In Re the Estate of Njuguna Mwathi (Deceased) [2006] KEHC 3045 (KLR) | Review Of Court Orders | Esheria

In Re the Estate of Njuguna Mwathi (Deceased) [2006] KEHC 3045 (KLR)

Full Case Text

REPUBLIC OF KENYA IN THE HIGH COURT OF KENYA AT NAIROBI (NAIROBI LAW COURTS)

Succession Case 2804 of 1999

IN THE MATTER OF THE ESTATE OF NJUGUNA MWATHI (DECEASED)

RULING

Before me is the Summons dated 20th December, 2005 under Order XLIV Rule 1 of Civil Procedure Rules, Sec.3A of the Civil Procedure Act (Cap 21 Laws of Kenya) and Rules 49 and 73 of the Probate and Administration Rules made under the Laws of Succession Act (Cap. 160 Laws of Kenya) (hereinafter referred to as ‘the Rules’).

It seeks to review and/or vary ruling made by Hon. Lady Justice Koome on 23rd May, 2005.  The said ruling dismissed the application dated 27th February, 2001 made by the present applicant seeking revocation of grant made to the Respondent herein.

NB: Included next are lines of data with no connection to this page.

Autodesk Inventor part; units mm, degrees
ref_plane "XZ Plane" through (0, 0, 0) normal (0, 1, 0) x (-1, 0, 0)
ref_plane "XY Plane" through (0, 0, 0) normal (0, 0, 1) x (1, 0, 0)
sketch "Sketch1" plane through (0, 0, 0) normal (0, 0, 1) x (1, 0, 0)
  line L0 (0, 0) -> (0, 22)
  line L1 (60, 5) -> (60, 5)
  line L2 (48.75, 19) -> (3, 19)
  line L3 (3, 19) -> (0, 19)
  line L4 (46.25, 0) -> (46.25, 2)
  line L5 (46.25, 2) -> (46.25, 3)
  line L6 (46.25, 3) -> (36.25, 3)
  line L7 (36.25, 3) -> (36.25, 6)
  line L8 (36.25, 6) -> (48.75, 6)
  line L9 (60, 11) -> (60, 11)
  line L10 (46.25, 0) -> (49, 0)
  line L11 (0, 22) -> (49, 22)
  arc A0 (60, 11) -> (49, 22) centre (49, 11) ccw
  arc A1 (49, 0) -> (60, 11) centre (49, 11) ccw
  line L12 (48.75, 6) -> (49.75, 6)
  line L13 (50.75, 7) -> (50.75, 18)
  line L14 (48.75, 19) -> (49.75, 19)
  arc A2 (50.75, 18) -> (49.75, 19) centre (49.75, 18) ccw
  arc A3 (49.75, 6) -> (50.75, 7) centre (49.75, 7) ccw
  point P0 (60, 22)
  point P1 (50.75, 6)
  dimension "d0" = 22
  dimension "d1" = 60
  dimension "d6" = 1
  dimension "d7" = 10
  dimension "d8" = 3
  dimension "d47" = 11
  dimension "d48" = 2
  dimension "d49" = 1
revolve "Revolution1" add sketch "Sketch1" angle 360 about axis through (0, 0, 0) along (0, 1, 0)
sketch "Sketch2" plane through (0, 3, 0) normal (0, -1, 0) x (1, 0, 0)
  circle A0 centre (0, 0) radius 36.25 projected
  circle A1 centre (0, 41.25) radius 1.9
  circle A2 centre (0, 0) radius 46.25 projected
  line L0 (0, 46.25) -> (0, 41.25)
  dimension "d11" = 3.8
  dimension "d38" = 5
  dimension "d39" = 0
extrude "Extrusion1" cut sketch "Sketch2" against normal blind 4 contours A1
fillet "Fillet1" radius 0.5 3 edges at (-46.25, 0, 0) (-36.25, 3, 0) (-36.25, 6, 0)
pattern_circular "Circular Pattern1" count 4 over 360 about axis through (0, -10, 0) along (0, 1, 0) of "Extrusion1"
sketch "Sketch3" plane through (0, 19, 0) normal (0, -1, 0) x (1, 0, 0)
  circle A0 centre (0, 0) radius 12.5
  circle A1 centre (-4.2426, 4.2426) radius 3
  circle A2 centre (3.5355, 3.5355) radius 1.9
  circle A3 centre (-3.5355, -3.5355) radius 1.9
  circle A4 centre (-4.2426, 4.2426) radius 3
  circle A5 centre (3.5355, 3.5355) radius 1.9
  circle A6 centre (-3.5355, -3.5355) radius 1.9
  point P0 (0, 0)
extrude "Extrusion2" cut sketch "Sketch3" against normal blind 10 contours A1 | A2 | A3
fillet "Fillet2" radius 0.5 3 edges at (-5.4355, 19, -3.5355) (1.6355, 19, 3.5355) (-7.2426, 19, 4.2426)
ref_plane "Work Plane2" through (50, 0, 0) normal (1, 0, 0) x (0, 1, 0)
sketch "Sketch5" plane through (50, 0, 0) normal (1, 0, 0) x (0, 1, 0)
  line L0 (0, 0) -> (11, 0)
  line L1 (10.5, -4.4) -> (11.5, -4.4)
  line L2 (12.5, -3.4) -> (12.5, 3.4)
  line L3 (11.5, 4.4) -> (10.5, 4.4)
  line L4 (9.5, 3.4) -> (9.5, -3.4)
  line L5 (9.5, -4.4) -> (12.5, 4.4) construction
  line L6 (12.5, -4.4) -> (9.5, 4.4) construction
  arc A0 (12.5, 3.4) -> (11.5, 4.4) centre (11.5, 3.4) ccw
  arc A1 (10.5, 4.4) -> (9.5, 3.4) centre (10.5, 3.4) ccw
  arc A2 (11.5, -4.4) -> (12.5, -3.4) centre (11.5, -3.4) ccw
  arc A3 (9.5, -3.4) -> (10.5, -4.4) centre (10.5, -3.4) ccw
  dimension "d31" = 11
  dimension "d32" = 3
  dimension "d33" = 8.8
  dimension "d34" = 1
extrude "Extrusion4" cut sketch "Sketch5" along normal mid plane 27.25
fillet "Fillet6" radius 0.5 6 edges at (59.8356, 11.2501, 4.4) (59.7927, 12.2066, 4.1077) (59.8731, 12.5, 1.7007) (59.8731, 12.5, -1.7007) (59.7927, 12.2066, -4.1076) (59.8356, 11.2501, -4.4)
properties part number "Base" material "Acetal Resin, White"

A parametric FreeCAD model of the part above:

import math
import FreeCAD as App
import Part
import Sketcher

V = App.Vector
Q = App.Units.Quantity


def edges_at(feature, points):
    """Names of the edges that pass closest to the given points."""
    edges = feature.Shape.Edges
    near = lambda p: min(range(len(edges)), key=lambda i: edges[i].distToShape(Part.Vertex(*p))[0])
    return sorted({f"Edge{near(p) + 1}" for p in points})

doc = App.newDocument("Part")
body = doc.addObject("PartDesign::Body", "Body")

sketch1 = doc.addObject("Sketcher::SketchObject", "Sketch")
body.addObject(sketch1)
sketch1.AttachmentSupport = (doc.XY_Plane, [""])
sketch1.MapMode = "FlatFace"
sketch1.addGeometry([
    Part.LineSegment(V(0, 22, 0), V(0, 19, 0)),
    Part.LineSegment(V(0, 19, 0), V(49.8, 19, 0)),
    Part.ArcOfCircle(Part.Circle(V(49.8, 18, 0), V(0, 0, 1), 1), math.radians(0), math.radians(90)),
    Part.LineSegment(V(50.8, 18, 0), V(50.8, 7, 0)),
    Part.ArcOfCircle(Part.Circle(V(49.8, 7, 0), V(0, 0, 1), 1), math.radians(-90), math.radians(0)),
    Part.LineSegment(V(49.8, 6, 0), V(36.2, 6, 0)),
    Part.LineSegment(V(36.2, 6, 0), V(36.2, 3, 0)),
    Part.LineSegment(V(36.2, 3, 0), V(46.2, 3, 0)),
    Part.LineSegment(V(46.2, 3, 0), V(46.2, 0, 0)),
    Part.LineSegment(V(46.2, 0, 0), V(49, 0, 0)),
    Part.ArcOfCircle(Part.Circle(V(49, 11, 0), V(0, 0, 1), 11), math.radians(-90), math.radians(90)),
    Part.LineSegment(V(49, 22, 0), V(0, 22, 0)),
], False)
sketch1.addConstraint([
    Sketcher.Constraint("Coincident", 0, 2, 1, 1),
    Sketcher.Constraint("Tangent", 1, 2, 2, 2),
    Sketcher.Constraint("Tangent", 2, 1, 3, 1),
    Sketcher.Constraint("Tangent", 3, 2, 4, 2),
    Sketcher.Constraint("Tangent", 4, 1, 5, 1),
    Sketcher.Constraint("Coincident", 5, 2, 6, 1),
    Sketcher.Constraint("Coincident", 6, 2, 7, 1),
    Sketcher.Constraint("Coincident", 7, 2, 8, 1),
    Sketcher.Constraint("Coincident", 8, 2, 9, 1),
    Sketcher.Constraint("Tangent", 9, 2, 10, 1),
    Sketcher.Constraint("Tangent", 10, 2, 11, 1),
    Sketcher.Constraint("Coincident", 11, 2, 0, 1),
    Sketcher.Constraint("Vertical", 0),
    Sketcher.Constraint("Horizontal", 1),
    Sketcher.Constraint("Vertical", 3),
    Sketcher.Constraint("Horizontal", 5),
    Sketcher.Constraint("Vertical", 6),
    Sketcher.Constraint("Horizontal", 7),
    Sketcher.Constraint("Vertical", 8),
    Sketcher.Constraint("Horizontal", 9),
    Sketcher.Constraint("Horizontal", 11),
    Sketcher.Constraint("Equal", 2, 4),
    Sketcher.Constraint("PointOnObject", 0, 2, -2),
    Sketcher.Constraint("PointOnObject", 8, 2, -1),
    Sketcher.Constraint("Equal", 0, 6),
    Sketcher.Constraint("Equal", 6, 8),
    Sketcher.Constraint("Radius", 2, Q("1 mm")),
    Sketcher.Constraint("Radius", 10, Q("11 mm")),
    Sketcher.Constraint("DistanceX", 7, 1, 7, 2, Q("10 mm")),
    Sketcher.Constraint("DistanceY", 0, 2, 0, 1, Q("3 mm")),
    Sketcher.Constraint("DistanceX", 11, 2, 11, 1, Q("49 mm")),
    Sketcher.Constraint("DistanceX", 5, 2, 5, 1, Q("13.5 mm")),
    Sketcher.Constraint("DistanceX", 1, 1, 1, 2, Q("49.75 mm")),
])
revolution = doc.addObject("PartDesign::Revolution", "Revolution")
body.addObject(revolution)
revolution.Profile = sketch1
revolution.ReferenceAxis = (sketch1, ["V_Axis"])
revolution.Angle = 360

sketch2 = doc.addObject("Sketcher::SketchObject", "Sketch001")
body.addObject(sketch2)
sketch2.AttachmentSupport = (doc.XZ_Plane, [""])
sketch2.MapMode = "FlatFace"
sketch2.AttachmentOffset = App.Placement(V(0, 0, -3), App.Rotation())
sketch2.addGeometry(Part.Circle(V(0, 41.2, 0), V(0, 0, 1), 1.9), False)
sketch2.addConstraint([
    Sketcher.Constraint("PointOnObject", 0, 3, -2),
    Sketcher.Constraint("Diameter", 0, Q("3.8 mm")),
    Sketcher.Constraint("DistanceY", -1, 1, 0, 3, Q("41.25 mm")),
])
pocket1 = doc.addObject("PartDesign::Pocket", "Pocket")
body.addObject(pocket1)
pocket1.Profile = sketch2
pocket1.Length = 4
doc.recompute()

fillet = doc.addObject("PartDesign::Fillet", "Fillet")
body.addObject(fillet)
fillet.Base = (pocket1, edges_at(pocket1, [(-46.25, 0, 0), (-36.25, 3, 0), (-36.25, 6, 0)]))
fillet.Radius = 0.5
doc.recompute()

polarpattern = doc.addObject("PartDesign::PolarPattern", "PolarPattern")
body.addObject(polarpattern)
polarpattern.Originals = [pocket1]
polarpattern.Axis = (doc.Y_Axis, [""])
polarpattern.Angle = 360
polarpattern.Occurrences = 4
body.Tip = polarpattern

sketch3 = doc.addObject("Sketcher::SketchObject", "Sketch002")
body.addObject(sketch3)
sketch3.AttachmentSupport = (doc.XZ_Plane, [""])
sketch3.MapMode = "FlatFace"
sketch3.AttachmentOffset = App.Placement(V(0, 0, -19), App.Rotation())
sketch3.addGeometry([
    Part.Circle(V(-4.2, 4.2, 0), V(0, 0, 1), 3),
    Part.Circle(V(3.5, 3.5, 0), V(0, 0, 1), 1.9),
    Part.Circle(V(-3.5, -3.5, 0), V(0, 0, 1), 1.9),
], False)
sketch3.addConstraint([
    Sketcher.Constraint("Equal", 1, 2),
    Sketcher.Constraint("Symmetric", 1, 3, 2, 3, -1, 1),
    Sketcher.Constraint("Diameter", 0, Q("6 mm")),
    Sketcher.Constraint("Diameter", 1, Q("3.8 mm")),
    Sketcher.Constraint("DistanceX", 0, 3, 1, 3, Q("7.778 mm")),
    Sketcher.Constraint("DistanceY", 1, 3, 0, 3, Q("0.707 mm")),
    Sketcher.Constraint("DistanceX", 0, 3, 2, 3, Q("0.707 mm")),
    Sketcher.Constraint("DistanceY", 2, 3, 0, 3, Q("7.778 mm")),
])
pocket2 = doc.addObject("PartDesign::Pocket", "Pocket001")
body.addObject(pocket2)
pocket2.Profile = sketch3
pocket2.Length = 10
doc.recompute()

fillet2 = doc.addObject("PartDesign::Fillet", "Fillet001")
body.addObject(fillet2)
fillet2.Base = (pocket2, edges_at(pocket2, [(-5.436, 19, -3.535), (1.635, 19, 3.535), (-7.243, 19, 4.243)]))
fillet2.Radius = 0.5

sketch4 = doc.addObject("Sketcher::SketchObject", "Sketch003")
body.addObject(sketch4)
sketch4.AttachmentSupport = (doc.YZ_Plane, [""])
sketch4.MapMode = "FlatFace"
sketch4.AttachmentOffset = App.Placement(V(0, 0, 50), App.Rotation())
sketch4.addGeometry([
    Part.ArcOfCircle(Part.Circle(V(10.5, -3.4, 0), V(0, 0, 1), 1), math.radians(180), math.radians(270)),
    Part.LineSegment(V(10.5, -4.4, 0), V(11.5, -4.4, 0)),
    Part.ArcOfCircle(Part.Circle(V(11.5, -3.4, 0), V(0, 0, 1), 1), math.radians(-90), math.radians(0)),
    Part.LineSegment(V(12.5, -3.4, 0), V(12.5, 3.4, 0)),
    Part.ArcOfCircle(Part.Circle(V(11.5, 3.4, 0), V(0, 0, 1), 1), math.radians(0), math.radians(90)),
    Part.LineSegment(V(11.5, 4.4, 0), V(10.5, 4.4, 0)),
    Part.ArcOfCircle(Part.Circle(V(10.5, 3.4, 0), V(0, 0, 1), 1), math.radians(90), math.radians(180)),
    Part.LineSegment(V(9.5, 3.4, 0), V(9.5, -3.4, 0)),
], False)
sketch4.addConstraint([
    Sketcher.Constraint("Tangent", 0, 2, 1, 1),
    Sketcher.Constraint("Tangent", 1, 2, 2, 1),
    Sketcher.Constraint("Tangent", 2, 2, 3, 1),
    Sketcher.Constraint("Tangent", 3, 2, 4, 1),
    Sketcher.Constraint("Tangent", 4, 2, 5, 1),
    Sketcher.Constraint("Tangent", 5, 2, 6, 1),
    Sketcher.Constraint("Tangent", 6, 2, 7, 1),
    Sketcher.Constraint("Tangent", 7, 2, 0, 1),
    Sketcher.Constraint("Horizontal", 1),
    Sketcher.Constraint("Vertical", 3),
    Sketcher.Constraint("Horizontal", 5),
    Sketcher.Constraint("Vertical", 7),
    Sketcher.Constraint("Equal", 0, 2),
    Sketcher.Constraint("Equal", 2, 4),
    Sketcher.Constraint("Equal", 4, 6),
    Sketcher.Constraint("Radius", 0, Q("1 mm")),
    Sketcher.Constraint("DistanceX", 1, 1, 1, 2, Q("1 mm")),
    Sketcher.Constraint("DistanceY", 3, 1, 3, 2, Q("6.8 mm")),
    Sketcher.Constraint("DistanceX", -1, 1, 0, 3, Q("10.5 mm")),
    Sketcher.Constraint("DistanceY", 0, 3, -1, 1, Q("3.4 mm")),
])
pocket3 = doc.addObject("PartDesign::Pocket", "Pocket002")
body.addObject(pocket3)
pocket3.Profile = sketch4
pocket3.Length = 27.25
pocket3.Midplane = True
doc.recompute()

fillet3 = doc.addObject("PartDesign::Fillet", "Fillet002")
body.addObject(fillet3)
fillet3.Base = (pocket3, edges_at(pocket3, [
    (59.836, 11.25, 4.4),
    (59.793, 12.207, 4.108),
    (59.873, 12.5, 1.701),
    (59.873, 12.5, -1.701),
    (59.793, 12.207, -4.108),
    (59.836, 11.25, -4.4),
]))
fillet3.Radius = 0.5

doc.recompute()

The application is supported by the grounds on the face thereof and on supporting affidavit of the Applicant sworn on 20th December, 2005.

The application is opposed as per replying affidavit sworn by the Respondent on 28th February, 2006.

As per Rule 63 of the Rules, provisions of Order XLIV of Civil Procedure Rule are applicable to the proceedings under the Rules and thus the prayer sought can be heard and determined by this court.

The Learned Counsel for the Respondent also contended that the application is not properly before the court as the Advocates now on record has not obtained the leave of the court to represent the Applicants as enjoined in Order III Rule 9A of Civil Procedure Rules.  The said order, as per Rule 63, is not the one manifestly applicable to the proceedings under the Act and the Rules.  Thus I shall not debar the Applicant to be heard only on that ground.  I also do not want to set any precedent to that effect in this application, which is not appropriate for such breaking grounds, in my opinion.

What the applicant has done is to shift the blame solely on the shoulders of his previous Advocates by averring and contending that his Advocate has never informed him of any dates set for hearing of his application for revocation.

Apart from the fact that his contentions are not confirmed or otherwise, I do see a totally different picture, from reading of the proceedings before the court.

At the very first appearance before the court on 19th February, 2002, the adjournment was sought by his advocate on the ground that his client was not responding.  Apart from non-representation from his advocate, mostly the adjournments were sought by the applicant’s Advocate.

Even during the last hearing, the Applicant’s Advocate sought for an adjournment on the ground that the applicant has not visited his offices for further instructions and he was unable to trace his client.

Thereafter, on application by the Respondent’s Counsel, the Hon. Koome J. refused the adjournment and dismissed the application.

In his affidavit, without mentioning the date of his one personal visit to the office of his previous Advocate, the Applicant wants me to believe that since his filing of the application on 27th February 2001 he has not received any communication from his Advocate and that apart from one visit, he did not go back to check on his case.  Further more without showing any proof, he avers that the letter dated 5th September, 2005 from Kiambu Land Registrar was received by him on 23rd November, 2005.  He has also annexed the said letter to his affidavit which does not show any date of receipt.

Even though, it could be true, which I do not believe to be so, he has not explained once again a delay of almost a month after he became aware of this order.

I am not satisfied, from the above mentioned, that the applicant has shown any sufficient cause to vary or review the order of 23rd May, 2005 or that he has satisfied me that he had reasonable explanation for the delay of more than six months in filing this application.

The court does not have to look into the interest of only one party, who in my view, was the cause of delay and was not vigilant.

The Respondent has been unable to proceed with the matter to finalization due to the applicant stretching his legs without good cause.

In the premises, I dismiss the application dated 20th December, 2005 with costs.